Un sabio, cierta tarde, llegó a la ciudad de Akbar. La gente no dio mucha importancia a su presencia, y sus enseñanzas no consiguieron interesar a la población. Incluso después de algún tiempo llegó a ser motivo de risas y burlas de los habitantes de la ciudad.

Un día, mientras paseaba por la calle principal de Akbar, un grupo de hombres y mujeres empezó a insultarlo. En vez de fingir que los ignoraba, el sabio se acercó a ellos y los bendijo.

Uno de los hombres comentó:

-¿Es posible que, además, sea usted sordo? ¡Gritamos cosas horribles y usted nos responde con bellas palabras!

 El sabio respondió:

-Cada uno de nosotros sólo puede ofrecer lo que tiene.

La humildad, la reina de las virtudes


La humildad no es un concepto, es una conducta, un modo de ser, un modo de vida.
La humildad es una de las virtudes más nobles del espíritu. Los seres que carecen de humildad, carecen de la base esencial para un seguro progreso. Las más bellas cualidades sin humildad, representan lo mismo que un cuerpo sin alma. La humildad es signo de fortaleza. Ser humilde no significa ser débil y ser soberbio no significa ser fuerte, aunque el vulgo lo interprete de otra manera. La humildad es la más sublime de todas las virtudes admirables. Virtud sin humildad no es virtud. El que posee la humildad en alto grado, generalmente es poseedor de casi todas las virtudes, pues la humildad nunca se encuentra sola. Ella es aliada inseparable de la modestia y forma una trilogía con la bondad.
La humildad nos hace tolerantes, pacientes y condescendientes con nuestros semejantes. Es la mansedumbre, la prudencia, la paciencia, la fe, la esperanza. La humildad es signo de evolución espiritual. El humilde es un ser que ya ha limado muchas de sus impurezas e imperfecciones. Si algún acontecimiento sacude violentamente su espíritu, el humilde sabe recibir los golpes de la vida con fe y resignación y pronto su alma encuentra el alivio necesario.

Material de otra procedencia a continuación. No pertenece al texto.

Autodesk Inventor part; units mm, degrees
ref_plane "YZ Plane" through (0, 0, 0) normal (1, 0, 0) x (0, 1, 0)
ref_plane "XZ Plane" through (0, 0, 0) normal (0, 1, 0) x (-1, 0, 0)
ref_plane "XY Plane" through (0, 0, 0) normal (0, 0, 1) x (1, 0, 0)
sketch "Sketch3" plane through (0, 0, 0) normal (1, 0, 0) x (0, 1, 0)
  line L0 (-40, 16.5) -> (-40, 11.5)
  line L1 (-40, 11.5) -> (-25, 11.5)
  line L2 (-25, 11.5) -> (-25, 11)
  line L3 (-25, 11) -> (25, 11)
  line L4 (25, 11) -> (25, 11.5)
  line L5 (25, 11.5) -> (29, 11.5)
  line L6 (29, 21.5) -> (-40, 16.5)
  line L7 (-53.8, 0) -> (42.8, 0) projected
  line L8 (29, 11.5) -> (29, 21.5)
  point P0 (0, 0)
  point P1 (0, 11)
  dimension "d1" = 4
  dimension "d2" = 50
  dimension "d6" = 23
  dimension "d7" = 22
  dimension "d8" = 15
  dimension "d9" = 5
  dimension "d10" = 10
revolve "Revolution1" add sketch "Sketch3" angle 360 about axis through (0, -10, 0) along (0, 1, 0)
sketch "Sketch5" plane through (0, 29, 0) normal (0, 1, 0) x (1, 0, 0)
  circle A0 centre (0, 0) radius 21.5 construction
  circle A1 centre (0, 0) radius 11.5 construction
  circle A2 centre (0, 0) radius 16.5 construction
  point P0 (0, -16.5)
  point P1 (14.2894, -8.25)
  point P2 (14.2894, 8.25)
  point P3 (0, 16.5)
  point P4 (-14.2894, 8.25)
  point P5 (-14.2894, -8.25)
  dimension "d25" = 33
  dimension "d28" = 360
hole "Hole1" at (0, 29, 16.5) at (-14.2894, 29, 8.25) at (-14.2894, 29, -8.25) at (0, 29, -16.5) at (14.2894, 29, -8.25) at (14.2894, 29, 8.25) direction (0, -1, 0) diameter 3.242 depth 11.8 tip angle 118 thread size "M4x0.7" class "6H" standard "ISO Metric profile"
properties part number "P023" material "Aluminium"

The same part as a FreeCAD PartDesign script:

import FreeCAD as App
import Part
import Sketcher
from FreeCAD import Vector
Q = App.Units.Quantity

doc = App.newDocument("Part")
body = doc.addObject("PartDesign::Body", "Body")

# Sketch on YZ plane
sketch1 = body.newObject("Sketcher::SketchObject", "Sketch")
sketch1.AttachmentSupport = (doc.getObject("YZ_Plane"), [""])
sketch1.MapMode = "FlatFace"
sketch1.addGeometry(Part.LineSegment(Vector(29, 21.5, 0), Vector(-40, 16.5, 0)), False)
sketch1.addGeometry(Part.LineSegment(Vector(-40, 16.5, 0), Vector(-40, 11.5, 0)), False)
sketch1.addGeometry(Part.LineSegment(Vector(-40, 11.5, 0), Vector(-25, 11.5, 0)), False)
sketch1.addGeometry(Part.LineSegment(Vector(-25, 11.5, 0), Vector(-25, 11, 0)), False)
sketch1.addGeometry(Part.LineSegment(Vector(-25, 11, 0), Vector(25, 11, 0)), False)
sketch1.addGeometry(Part.LineSegment(Vector(25, 11, 0), Vector(25, 11.5, 0)), False)
sketch1.addGeometry(Part.LineSegment(Vector(25, 11.5, 0), Vector(29, 11.5, 0)), False)
sketch1.addGeometry(Part.LineSegment(Vector(29, 11.5, 0), Vector(29, 21.5, 0)), False)
sketch1.addConstraint(Sketcher.Constraint("Coincident", 0, 2, 1, 1))
sketch1.addConstraint(Sketcher.Constraint("Coincident", 1, 2, 2, 1))
sketch1.addConstraint(Sketcher.Constraint("Coincident", 2, 2, 3, 1))
sketch1.addConstraint(Sketcher.Constraint("Coincident", 3, 2, 4, 1))
sketch1.addConstraint(Sketcher.Constraint("Coincident", 4, 2, 5, 1))
sketch1.addConstraint(Sketcher.Constraint("Coincident", 5, 2, 6, 1))
sketch1.addConstraint(Sketcher.Constraint("Coincident", 6, 2, 7, 1))
sketch1.addConstraint(Sketcher.Constraint("Coincident", 7, 2, 0, 1))
sketch1.addConstraint(Sketcher.Constraint("Vertical", 1))
sketch1.addConstraint(Sketcher.Constraint("Horizontal", 2))
sketch1.addConstraint(Sketcher.Constraint("Vertical", 3))
sketch1.addConstraint(Sketcher.Constraint("Horizontal", 4))
sketch1.addConstraint(Sketcher.Constraint("Vertical", 5))
sketch1.addConstraint(Sketcher.Constraint("Horizontal", 6))
sketch1.addConstraint(Sketcher.Constraint("Vertical", 7))
sketch1.addConstraint(Sketcher.Constraint("Symmetric", 2, 2, 5, 2, -2))
sketch1.addConstraint(Sketcher.Constraint("DistanceX", 2, 1, 2, 2, Q("15 mm")))
sketch1.addConstraint(Sketcher.Constraint("DistanceX", 4, 1, 4, 2, Q("50 mm")))
sketch1.addConstraint(Sketcher.Constraint("DistanceX", 6, 1, 6, 2, Q("4 mm")))
sketch1.addConstraint(Sketcher.Constraint("DistanceY", 1, 2, 1, 1, Q("5 mm")))
sketch1.addConstraint(Sketcher.Constraint("DistanceY", 7, 1, 7, 2, Q("10 mm")))
sketch1.addConstraint(Sketcher.Constraint("DistanceY", 3, 2, 3, 1, Q("0.5 mm")))
sketch1.addConstraint(Sketcher.Constraint("DistanceY", -1, 1, 3, 2, Q("11 mm")))
revolution = body.newObject("PartDesign::Revolution", "Revolution")
revolution.Profile = sketch1
revolution.ReferenceAxis = (sketch1, ["H_Axis"])
revolution.Angle = 360

# Sketch on XZ plane
sketch2 = body.newObject("Sketcher::SketchObject", "Sketch001")
sketch2.AttachmentSupport = (doc.getObject("XZ_Plane"), [""])
sketch2.MapMode = "FlatFace"
sketch2.AttachmentOffset = App.Placement(Vector(0, 0, -29), App.Rotation())
sketch2.addGeometry(Part.Circle(Vector(0, 16.5, 0), Vector(0, 0, 1), 1.621), False)
sketch2.addGeometry(Part.Circle(Vector(-14.2894, 8.25, 0), Vector(0, 0, 1), 1.621), False)
sketch2.addGeometry(Part.Circle(Vector(-14.2894, -8.25, 0), Vector(0, 0, 1), 1.621), False)
sketch2.addGeometry(Part.Circle(Vector(0, -16.5, 0), Vector(0, 0, 1), 1.621), False)
sketch2.addGeometry(Part.Circle(Vector(14.2894, -8.25, 0), Vector(0, 0, 1), 1.621), False)
sketch2.addGeometry(Part.Circle(Vector(14.2894, 8.25, 0), Vector(0, 0, 1), 1.621), False)
sketch2.addConstraint(Sketcher.Constraint("Equal", 0, 1))
sketch2.addConstraint(Sketcher.Constraint("Equal", 1, 2))
sketch2.addConstraint(Sketcher.Constraint("Equal", 2, 3))
sketch2.addConstraint(Sketcher.Constraint("Equal", 3, 4))
sketch2.addConstraint(Sketcher.Constraint("Equal", 4, 5))
sketch2.addConstraint(Sketcher.Constraint("Symmetric", 0, 3, 3, 3, -1, 1))
sketch2.addConstraint(Sketcher.Constraint("Symmetric", 1, 3, 4, 3, -1, 1))
sketch2.addConstraint(Sketcher.Constraint("Symmetric", 2, 3, 5, 3, -1, 1))
sketch2.addConstraint(Sketcher.Constraint("Symmetric", 2, 3, 4, 3, -2))
sketch2.addConstraint(Sketcher.Constraint("PointOnObject", 0, 3, -2))
sketch2.addConstraint(Sketcher.Constraint("Diameter", 0, Q("3.242 mm")))
sketch2.addConstraint(Sketcher.Constraint("DistanceY", 3, 3, 0, 3, Q("33 mm")))
sketch2.addConstraint(Sketcher.Constraint("DistanceY", 2, 3, 1, 3, Q("16.5 mm")))
sketch2.addConstraint(Sketcher.Constraint("DistanceX", 1, 3, -1, 1, Q("14.2894 mm")))
doc.recompute()
hole = body.newObject("PartDesign::Hole", "Hole")
hole.Profile = sketch2
hole.ThreadType = "None"
hole.Diameter = 3.242
hole.DepthType = "Dimension"
hole.Depth = 11.8
hole.DrillPoint = "Angled"
hole.DrillPointAngle = 118
hole.Reversed = True

doc.recompute()
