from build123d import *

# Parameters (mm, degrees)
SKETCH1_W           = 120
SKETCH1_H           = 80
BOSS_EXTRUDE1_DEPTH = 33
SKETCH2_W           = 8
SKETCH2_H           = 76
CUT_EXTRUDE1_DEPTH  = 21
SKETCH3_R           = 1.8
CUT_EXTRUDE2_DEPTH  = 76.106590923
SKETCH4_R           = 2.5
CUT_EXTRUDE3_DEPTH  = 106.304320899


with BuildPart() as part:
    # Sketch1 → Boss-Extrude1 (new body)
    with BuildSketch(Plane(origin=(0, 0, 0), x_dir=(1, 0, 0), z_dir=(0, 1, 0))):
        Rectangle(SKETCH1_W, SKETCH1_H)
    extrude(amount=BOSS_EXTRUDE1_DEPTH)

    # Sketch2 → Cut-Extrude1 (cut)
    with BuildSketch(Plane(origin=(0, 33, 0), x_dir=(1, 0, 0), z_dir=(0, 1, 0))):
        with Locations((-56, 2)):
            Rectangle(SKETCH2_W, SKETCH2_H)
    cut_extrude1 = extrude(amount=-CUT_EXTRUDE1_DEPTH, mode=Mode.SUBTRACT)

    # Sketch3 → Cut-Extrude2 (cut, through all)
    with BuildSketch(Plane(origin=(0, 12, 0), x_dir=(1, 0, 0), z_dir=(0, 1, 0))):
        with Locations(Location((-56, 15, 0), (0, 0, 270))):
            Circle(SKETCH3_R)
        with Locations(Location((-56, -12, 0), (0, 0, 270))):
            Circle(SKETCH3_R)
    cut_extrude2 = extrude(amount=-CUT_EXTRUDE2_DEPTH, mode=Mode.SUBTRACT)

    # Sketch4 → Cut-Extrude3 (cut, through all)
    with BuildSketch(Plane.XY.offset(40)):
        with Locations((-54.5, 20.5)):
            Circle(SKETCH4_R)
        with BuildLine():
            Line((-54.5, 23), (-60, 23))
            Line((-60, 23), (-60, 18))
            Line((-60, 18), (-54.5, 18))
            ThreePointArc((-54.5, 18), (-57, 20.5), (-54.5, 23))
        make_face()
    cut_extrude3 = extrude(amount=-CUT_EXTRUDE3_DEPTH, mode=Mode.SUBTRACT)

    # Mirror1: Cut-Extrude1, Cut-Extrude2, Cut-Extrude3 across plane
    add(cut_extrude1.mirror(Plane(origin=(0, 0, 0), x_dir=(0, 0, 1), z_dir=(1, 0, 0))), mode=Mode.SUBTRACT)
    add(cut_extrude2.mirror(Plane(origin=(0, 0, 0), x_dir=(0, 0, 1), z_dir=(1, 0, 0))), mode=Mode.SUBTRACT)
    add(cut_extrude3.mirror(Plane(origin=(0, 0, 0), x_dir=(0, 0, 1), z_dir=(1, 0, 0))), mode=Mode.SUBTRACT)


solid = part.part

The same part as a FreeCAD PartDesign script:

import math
import FreeCAD as App
import Part
import Sketcher

doc = App.newDocument("Part")
body = doc.addObject("PartDesign::Body", "Body")

sketch1 = body.newObject("Sketcher::SketchObject", "Sketch")
sketch1.AttachmentSupport = (doc.getObject("XZ_Plane"), [""])
sketch1.MapMode = "FlatFace"
sketch1.addGeometry([
    Part.LineSegment(App.Vector(-60, -40, 0), App.Vector(-60, 40, 0)),
    Part.LineSegment(App.Vector(-60, 40, 0), App.Vector(60, 40, 0)),
    Part.LineSegment(App.Vector(60, 40, 0), App.Vector(60, -40, 0)),
    Part.LineSegment(App.Vector(60, -40, 0), App.Vector(-60, -40, 0)),
], False)
sketch1.addConstraint([
    Sketcher.Constraint("Coincident", 0, 2, 1, 1),
    Sketcher.Constraint("Coincident", 1, 2, 2, 1),
    Sketcher.Constraint("Coincident", 2, 2, 3, 1),
    Sketcher.Constraint("Coincident", 3, 2, 0, 1),
    Sketcher.Constraint("Vertical", 0),
    Sketcher.Constraint("Horizontal", 1),
    Sketcher.Constraint("Vertical", 2),
    Sketcher.Constraint("Horizontal", 3),
    Sketcher.Constraint("Symmetric", 0, 2, 2, 2, -1, 1),
    Sketcher.Constraint("DistanceX", 1, 1, 1, 2, 120.0),
    Sketcher.Constraint("DistanceY", 0, 1, 0, 2, 80.0),
])
pad1 = body.newObject("PartDesign::Pad", "Pad")
pad1.Profile = sketch1
pad1.Length = 33
pad1.Reversed = True

sketch2 = body.newObject("Sketcher::SketchObject", "Sketch001")
sketch2.AttachmentSupport = (doc.getObject("XZ_Plane"), [""])
sketch2.MapMode = "FlatFace"
sketch2.AttachmentOffset = App.Placement(App.Vector(0, 0, -33), App.Rotation())
sketch2.addGeometry([
    Part.LineSegment(App.Vector(-60, -40, 0), App.Vector(-60, 36, 0)),
    Part.LineSegment(App.Vector(-60, 36, 0), App.Vector(-52, 36, 0)),
    Part.LineSegment(App.Vector(-52, 36, 0), App.Vector(-52, -40, 0)),
    Part.LineSegment(App.Vector(-52, -40, 0), App.Vector(-60, -40, 0)),
], False)
sketch2.addConstraint([
    Sketcher.Constraint("Coincident", 0, 2, 1, 1),
    Sketcher.Constraint("Coincident", 1, 2, 2, 1),
    Sketcher.Constraint("Coincident", 2, 2, 3, 1),
    Sketcher.Constraint("Coincident", 3, 2, 0, 1),
    Sketcher.Constraint("Vertical", 0),
    Sketcher.Constraint("Horizontal", 1),
    Sketcher.Constraint("Vertical", 2),
    Sketcher.Constraint("Horizontal", 3),
    Sketcher.Constraint("DistanceX", 1, 1, 1, 2, 8.0),
    Sketcher.Constraint("DistanceY", 0, 1, 0, 2, 76.0),
    Sketcher.Constraint("DistanceX", 0, 2, -1, 1, 60.0),
    Sketcher.Constraint("DistanceY", -1, 1, 0, 2, 36.0),
])
pocket1 = body.newObject("PartDesign::Pocket", "Pocket")
pocket1.Profile = sketch2
pocket1.Length = 21
pocket1.Reversed = True

sketch3 = body.newObject("Sketcher::SketchObject", "Sketch002")
sketch3.AttachmentSupport = (doc.getObject("XZ_Plane"), [""])
sketch3.MapMode = "FlatFace"
sketch3.AttachmentOffset = App.Placement(App.Vector(0, 0, -12), App.Rotation())
sketch3.addGeometry([
    Part.Circle(App.Vector(-56, -15, 0), App.Vector(0, 0, 1), 1.8),
    Part.Circle(App.Vector(-56, 12, 0), App.Vector(0, 0, 1), 1.8),
], False)
sketch3.addConstraint([
    Sketcher.Constraint("Equal", 0, 1),
    Sketcher.Constraint("Vertical", 0, 3, 1, 3),
    Sketcher.Constraint("Diameter", 0, 3.6),
    Sketcher.Constraint("DistanceX", 0, 3, -1, 1, 56.0),
    Sketcher.Constraint("DistanceY", 0, 3, -1, 1, 15.0),
    Sketcher.Constraint("DistanceY", -1, 1, 1, 3, 12.0),
])
pocket2 = body.newObject("PartDesign::Pocket", "Pocket001")
pocket2.Profile = sketch3
pocket2.Type = "ThroughAll"
pocket2.Reversed = True

sketch4 = body.newObject("Sketcher::SketchObject", "Sketch003")
sketch4.AttachmentSupport = (doc.getObject("XY_Plane"), [""])
sketch4.MapMode = "FlatFace"
sketch4.AttachmentOffset = App.Placement(App.Vector(0, 0, 40), App.Rotation())
sketch4.addGeometry([
    Part.LineSegment(App.Vector(-54.5, 23, 0), App.Vector(-60, 23, 0)),
    Part.LineSegment(App.Vector(-60, 23, 0), App.Vector(-60, 18, 0)),
    Part.LineSegment(App.Vector(-60, 18, 0), App.Vector(-54.5, 18, 0)),
    Part.ArcOfCircle(Part.Circle(App.Vector(-54.5, 20.5, 0), App.Vector(0, 0, 1), 2.5), math.radians(-90), math.radians(90)),
], False)
sketch4.addConstraint([
    Sketcher.Constraint("Coincident", 0, 2, 1, 1),
    Sketcher.Constraint("Coincident", 1, 2, 2, 1),
    Sketcher.Constraint("Tangent", 2, 2, 3, 1),
    Sketcher.Constraint("Tangent", 3, 2, 0, 1),
    Sketcher.Constraint("Horizontal", 0),
    Sketcher.Constraint("Vertical", 1),
    Sketcher.Constraint("Horizontal", 2),
    Sketcher.Constraint("Radius", 3, 2.5),
    Sketcher.Constraint("DistanceX", 0, 2, 0, 1, 5.5),
    Sketcher.Constraint("DistanceX", 0, 2, -1, 1, 60.0),
    Sketcher.Constraint("DistanceY", -1, 1, 0, 2, 23.0),
])
pocket3 = body.newObject("PartDesign::Pocket", "Pocket002")
pocket3.Profile = sketch4
pocket3.Type = "ThroughAll"
doc.recompute()

mirrored = body.newObject("PartDesign::Mirrored", "Mirrored")
mirrored.Originals = [pocket1, pocket2, pocket3]
mirrored.MirrorPlane = (doc.getObject("YZ_Plane"), [""])
body.Tip = mirrored

doc.recompute()
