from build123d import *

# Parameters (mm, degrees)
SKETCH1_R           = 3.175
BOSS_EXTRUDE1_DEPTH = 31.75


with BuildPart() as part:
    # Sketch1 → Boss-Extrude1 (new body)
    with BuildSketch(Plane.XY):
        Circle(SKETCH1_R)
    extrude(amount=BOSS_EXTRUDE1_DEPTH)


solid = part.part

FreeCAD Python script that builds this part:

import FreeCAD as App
import Part
import Sketcher
from FreeCAD import Vector
Q = App.Units.Quantity

doc = App.newDocument("Part")
body = doc.addObject("PartDesign::Body", "Body")

sketch1 = body.newObject("Sketcher::SketchObject", "Sketch")
sketch1.AttachmentSupport = (doc.getObject("XY_Plane"), [""])
sketch1.MapMode = "FlatFace"
sketch1.addGeometry(Part.Circle(Vector(0, 0, 0), Vector(0, 0, 1), 3.2), False)
sketch1.addConstraint(Sketcher.Constraint("Coincident", 0, 3, -1, 1))
sketch1.addConstraint(Sketcher.Constraint("Diameter", 0, Q("0.25 in")))
pad1 = body.newObject("PartDesign::Pad", "Pad")
pad1.Profile = sketch1
pad1.Length = Q("1.25 in")

doc.recompute()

 Los beneficios de la humildad 
1. Quien aprende a realmente ser humilde, logra vivir una vida más feliz.
2. Al estar en armonía con uno mismo, se está dispuesto a mostrar honor y aprecio hacia otras personas. Valorarse a sí mismo trae aparejado valorar a los demás.
3. La humildad crea serenidad y tranquilidad
4. Con humildad se desarrolla la capacidad de admitir las equivocaciones, ya que se elimina el miedo a sentir que uno no vale nada. Al conocerse a sí mismo, la crítica se transforma en una posibilidad de crecimiento.
5. Con humildad, es más fácil perdonar a otros rápidamente.
6. Humildad es apreciar lo que tenemos, es tener conciencia de que todo es un regalo.